The above should be more than enough for a beginner to get rolling!


----------



## Alexander (Jun 14, 2015)

Yeah this is a great article. I'll throw in my experience with dial indicators. About 9 years ago I bought a cheap STM dial indicator when I was a first year apprentice. I still use that one at home and it's brilliant. I bought a mitutoyo dial indicator for work because I wanted the best, but it is so dam delicate it is already trash two years later. They put a pathetic plastic bezel around the dial and once that is broken the whole unit really starts falling apart. The mitutoyo is not well designed at all. I have in the past dialled in 3200lb piece of tool steel with a cheap dial indicator from China. Because it is a comparative measuring tool if you use comon sense and check it using the machine movements from time to time it will work fine. My friends that machine for Halliburton oil company even swear by their Power Fist dial indicators. Admittedly every tool I own for work is  Mitutoyo but It doesn't need to be. Because we are all hobby machinists machining from home is rewarding even with basic second hand meashuring tools.


----------



## Rick Runciman (Jul 4, 2015)

When it comes to dials,, imho, the cheaper the better,, they get dropped, and fall in lathes, but I still have 2 nice tecloks in my tool box.


----------



## Jwest7788 (Jul 4, 2015)

Rick Runciman said:


> When it comes to dials,, imho, the cheaper the better,, they get dropped, and fall in lathes, but I still have 2 nice tecloks in my tool box.

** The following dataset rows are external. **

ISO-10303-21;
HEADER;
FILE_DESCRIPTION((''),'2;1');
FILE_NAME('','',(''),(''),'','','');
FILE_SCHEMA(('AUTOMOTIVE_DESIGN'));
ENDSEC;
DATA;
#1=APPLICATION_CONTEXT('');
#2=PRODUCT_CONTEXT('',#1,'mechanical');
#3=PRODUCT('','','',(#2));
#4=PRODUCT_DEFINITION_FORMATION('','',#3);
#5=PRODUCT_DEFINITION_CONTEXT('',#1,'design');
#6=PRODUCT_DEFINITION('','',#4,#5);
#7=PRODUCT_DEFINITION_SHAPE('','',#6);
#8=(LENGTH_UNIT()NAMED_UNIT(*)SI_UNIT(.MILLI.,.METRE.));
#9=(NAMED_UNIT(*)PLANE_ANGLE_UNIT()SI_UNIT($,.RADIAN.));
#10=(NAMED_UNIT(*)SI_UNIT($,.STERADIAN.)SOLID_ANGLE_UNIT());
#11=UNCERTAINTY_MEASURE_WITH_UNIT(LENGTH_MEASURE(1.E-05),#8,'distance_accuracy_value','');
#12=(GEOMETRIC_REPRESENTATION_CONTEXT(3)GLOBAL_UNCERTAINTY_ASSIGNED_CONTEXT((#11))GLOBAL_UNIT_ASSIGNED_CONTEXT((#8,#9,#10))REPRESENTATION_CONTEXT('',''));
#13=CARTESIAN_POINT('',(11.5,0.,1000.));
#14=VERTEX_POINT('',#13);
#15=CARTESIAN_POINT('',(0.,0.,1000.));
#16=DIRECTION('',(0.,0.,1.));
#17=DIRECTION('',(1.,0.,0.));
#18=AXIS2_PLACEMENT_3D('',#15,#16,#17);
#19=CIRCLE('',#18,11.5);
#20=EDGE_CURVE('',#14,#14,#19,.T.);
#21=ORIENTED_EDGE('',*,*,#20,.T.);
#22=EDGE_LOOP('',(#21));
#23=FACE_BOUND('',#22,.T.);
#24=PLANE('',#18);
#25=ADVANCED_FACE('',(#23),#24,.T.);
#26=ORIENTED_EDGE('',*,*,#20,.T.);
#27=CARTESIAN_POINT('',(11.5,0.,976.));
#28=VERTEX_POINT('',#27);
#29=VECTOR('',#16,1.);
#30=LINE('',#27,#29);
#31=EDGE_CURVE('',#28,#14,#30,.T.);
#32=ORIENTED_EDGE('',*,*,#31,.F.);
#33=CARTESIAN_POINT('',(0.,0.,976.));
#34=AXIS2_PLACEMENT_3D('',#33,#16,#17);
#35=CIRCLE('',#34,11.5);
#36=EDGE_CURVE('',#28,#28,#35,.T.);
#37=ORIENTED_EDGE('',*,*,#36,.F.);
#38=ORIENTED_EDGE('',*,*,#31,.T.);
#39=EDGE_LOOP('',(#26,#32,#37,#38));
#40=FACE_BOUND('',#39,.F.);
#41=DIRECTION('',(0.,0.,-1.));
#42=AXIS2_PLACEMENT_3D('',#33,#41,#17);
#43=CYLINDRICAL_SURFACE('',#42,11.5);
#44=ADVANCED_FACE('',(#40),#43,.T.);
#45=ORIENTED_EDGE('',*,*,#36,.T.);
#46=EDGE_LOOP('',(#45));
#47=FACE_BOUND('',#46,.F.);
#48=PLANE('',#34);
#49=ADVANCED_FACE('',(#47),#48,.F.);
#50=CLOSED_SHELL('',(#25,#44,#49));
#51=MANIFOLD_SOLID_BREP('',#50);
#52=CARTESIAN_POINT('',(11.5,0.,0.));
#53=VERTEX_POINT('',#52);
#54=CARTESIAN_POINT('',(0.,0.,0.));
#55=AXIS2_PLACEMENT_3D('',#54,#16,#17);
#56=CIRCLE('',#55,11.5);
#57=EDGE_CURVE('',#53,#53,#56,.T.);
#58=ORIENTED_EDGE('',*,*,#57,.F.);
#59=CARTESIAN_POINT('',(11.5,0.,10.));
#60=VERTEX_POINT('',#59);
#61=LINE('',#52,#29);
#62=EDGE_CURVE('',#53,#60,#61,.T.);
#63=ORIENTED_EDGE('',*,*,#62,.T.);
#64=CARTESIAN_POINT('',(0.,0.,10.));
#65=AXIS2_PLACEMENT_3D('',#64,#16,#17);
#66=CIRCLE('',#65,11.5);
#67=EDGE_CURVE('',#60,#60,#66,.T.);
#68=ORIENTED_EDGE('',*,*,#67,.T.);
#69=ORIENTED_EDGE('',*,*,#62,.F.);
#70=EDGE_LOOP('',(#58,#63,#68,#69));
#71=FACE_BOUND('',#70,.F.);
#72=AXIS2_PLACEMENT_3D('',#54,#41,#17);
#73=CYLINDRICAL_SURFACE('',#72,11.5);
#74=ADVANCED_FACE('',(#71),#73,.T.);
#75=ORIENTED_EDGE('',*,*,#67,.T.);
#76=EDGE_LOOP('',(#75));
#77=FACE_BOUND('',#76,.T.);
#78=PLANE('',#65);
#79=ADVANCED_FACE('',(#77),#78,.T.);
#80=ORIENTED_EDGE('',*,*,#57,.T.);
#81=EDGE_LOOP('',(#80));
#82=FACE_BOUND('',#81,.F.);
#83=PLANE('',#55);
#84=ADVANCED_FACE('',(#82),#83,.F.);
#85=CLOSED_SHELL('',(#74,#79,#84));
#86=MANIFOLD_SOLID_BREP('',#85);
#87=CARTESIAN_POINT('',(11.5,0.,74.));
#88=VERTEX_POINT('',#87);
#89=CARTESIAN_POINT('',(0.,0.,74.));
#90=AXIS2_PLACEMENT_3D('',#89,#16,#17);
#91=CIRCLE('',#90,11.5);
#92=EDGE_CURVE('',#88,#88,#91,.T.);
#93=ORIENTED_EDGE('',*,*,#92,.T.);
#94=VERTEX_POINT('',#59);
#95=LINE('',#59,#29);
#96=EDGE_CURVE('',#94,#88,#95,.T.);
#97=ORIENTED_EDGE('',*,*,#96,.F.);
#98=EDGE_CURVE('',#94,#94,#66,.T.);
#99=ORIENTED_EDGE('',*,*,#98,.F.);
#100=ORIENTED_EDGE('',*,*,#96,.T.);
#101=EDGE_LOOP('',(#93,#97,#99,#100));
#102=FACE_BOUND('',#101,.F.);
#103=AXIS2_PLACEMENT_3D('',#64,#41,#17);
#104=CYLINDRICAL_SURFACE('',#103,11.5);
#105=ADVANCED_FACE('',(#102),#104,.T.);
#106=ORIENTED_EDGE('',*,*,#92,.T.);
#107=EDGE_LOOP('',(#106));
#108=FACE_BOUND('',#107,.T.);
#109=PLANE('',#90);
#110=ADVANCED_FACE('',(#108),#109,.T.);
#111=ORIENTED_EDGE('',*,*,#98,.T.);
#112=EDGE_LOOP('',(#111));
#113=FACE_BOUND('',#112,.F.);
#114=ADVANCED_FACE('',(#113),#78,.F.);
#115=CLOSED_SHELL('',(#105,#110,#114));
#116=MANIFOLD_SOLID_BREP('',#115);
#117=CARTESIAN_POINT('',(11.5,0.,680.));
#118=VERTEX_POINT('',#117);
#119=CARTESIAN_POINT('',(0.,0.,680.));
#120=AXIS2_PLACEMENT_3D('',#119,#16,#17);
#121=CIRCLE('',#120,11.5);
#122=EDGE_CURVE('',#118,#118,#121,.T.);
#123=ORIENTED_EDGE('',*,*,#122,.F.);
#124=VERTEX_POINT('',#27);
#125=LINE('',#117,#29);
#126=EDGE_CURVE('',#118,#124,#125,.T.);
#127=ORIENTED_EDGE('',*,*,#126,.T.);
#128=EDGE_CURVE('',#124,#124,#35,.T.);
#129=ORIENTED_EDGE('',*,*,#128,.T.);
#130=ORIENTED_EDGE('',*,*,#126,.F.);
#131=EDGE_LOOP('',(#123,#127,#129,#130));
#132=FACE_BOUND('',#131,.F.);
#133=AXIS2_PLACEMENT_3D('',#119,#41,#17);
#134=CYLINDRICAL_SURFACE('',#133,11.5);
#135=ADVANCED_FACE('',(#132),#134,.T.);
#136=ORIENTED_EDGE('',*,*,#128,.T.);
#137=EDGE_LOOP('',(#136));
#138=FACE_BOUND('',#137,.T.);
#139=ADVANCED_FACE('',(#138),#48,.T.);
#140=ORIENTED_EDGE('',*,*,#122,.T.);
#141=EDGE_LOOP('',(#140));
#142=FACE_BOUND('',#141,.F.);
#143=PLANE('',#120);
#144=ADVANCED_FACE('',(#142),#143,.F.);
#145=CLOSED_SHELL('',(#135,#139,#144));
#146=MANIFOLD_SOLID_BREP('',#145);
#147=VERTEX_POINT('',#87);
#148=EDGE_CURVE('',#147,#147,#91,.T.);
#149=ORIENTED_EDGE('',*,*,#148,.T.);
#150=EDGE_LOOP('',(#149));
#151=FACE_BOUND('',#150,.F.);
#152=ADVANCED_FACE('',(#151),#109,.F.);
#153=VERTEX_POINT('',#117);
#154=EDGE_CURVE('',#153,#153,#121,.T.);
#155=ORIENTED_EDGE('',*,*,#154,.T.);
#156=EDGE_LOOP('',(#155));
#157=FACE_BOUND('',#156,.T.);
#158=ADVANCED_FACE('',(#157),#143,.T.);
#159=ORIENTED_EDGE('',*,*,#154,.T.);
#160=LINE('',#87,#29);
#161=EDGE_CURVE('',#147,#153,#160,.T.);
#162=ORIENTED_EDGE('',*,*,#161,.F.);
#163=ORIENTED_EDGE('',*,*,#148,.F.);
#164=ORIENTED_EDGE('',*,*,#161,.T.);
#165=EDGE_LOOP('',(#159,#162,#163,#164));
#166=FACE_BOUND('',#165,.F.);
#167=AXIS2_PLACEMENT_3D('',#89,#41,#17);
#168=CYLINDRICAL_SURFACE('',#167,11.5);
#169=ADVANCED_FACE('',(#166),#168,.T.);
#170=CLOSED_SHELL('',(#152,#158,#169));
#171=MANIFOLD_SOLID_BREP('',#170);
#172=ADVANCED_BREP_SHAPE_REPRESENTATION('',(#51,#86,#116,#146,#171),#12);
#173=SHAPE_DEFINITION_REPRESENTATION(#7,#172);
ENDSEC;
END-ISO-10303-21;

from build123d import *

# Parameters (mm, degrees)
F0_R      = 11.5
F1_DEPTH  = 10
F3_R      = 11.5
F4_DEPTH  = 64
F6_R      = 11.5
F7_DEPTH  = 606
F9_R      = 11.5
F10_DEPTH = 296
F12_R     = 11.5
F13_DEPTH = 24


with BuildPart() as f1:
    # F0 (on Top) → F1 (new body)
    with BuildSketch(Plane.XY):
        Circle(F0_R)
    extrude(amount=F1_DEPTH)


with BuildPart() as f4:
    # F3 (on offset) → F4 (new body)
    with BuildSketch(Plane.XY.offset(10)):
        Circle(F3_R)
    extrude(amount=F4_DEPTH)


with BuildPart() as f7:
    # F6 (on offset) → F7 (new body)
    with BuildSketch(Plane.XY.offset(74)):
        Circle(F6_R)
    extrude(amount=F7_DEPTH)


with BuildPart() as f10:
    # F9 (on offset) → F10 (new body)
    with BuildSketch(Plane.XY.offset(680)):
        Circle(F9_R)
    extrude(amount=F10_DEPTH)


with BuildPart() as f13:
    # F12 (on offset) → F13 (new body)
    with BuildSketch(Plane.XY.offset(976)):
        Circle(F12_R)
    extrude(amount=F13_DEPTH)


solid = Compound([f1.part, f4.part, f7.part, f10.part, f13.part])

Has anyone ever compared cheap vs quality dials? I wonder how different they measure at first, vs years in?


----------



## Rick Runciman (Jul 5, 2015)

They all break just as easy, your choice as to what you like.


----------



## PeterT (Jul 8, 2015)

'Real' machinists have way more experience than me. I've had some el-cheapo dials which were perfectly fine from a measurement perspective & good bang for buck. The harder part is hitting that dimension on the machine  But as I think back when I bought them, that was also the era for whatever reason an offshore tool was say 100$ and a big boy Starrett or Mitutoyo was $300. But it almost seems lately the entry level stuff has escalated to say $150-200 & brand-name stuff remained  the same price or maybe even less. Maybe its currency, or middlemen, or I'm just wrong. Also, what used to be a USA Starrett could now be made in China anyway, maybe under quality control, maybe variable. 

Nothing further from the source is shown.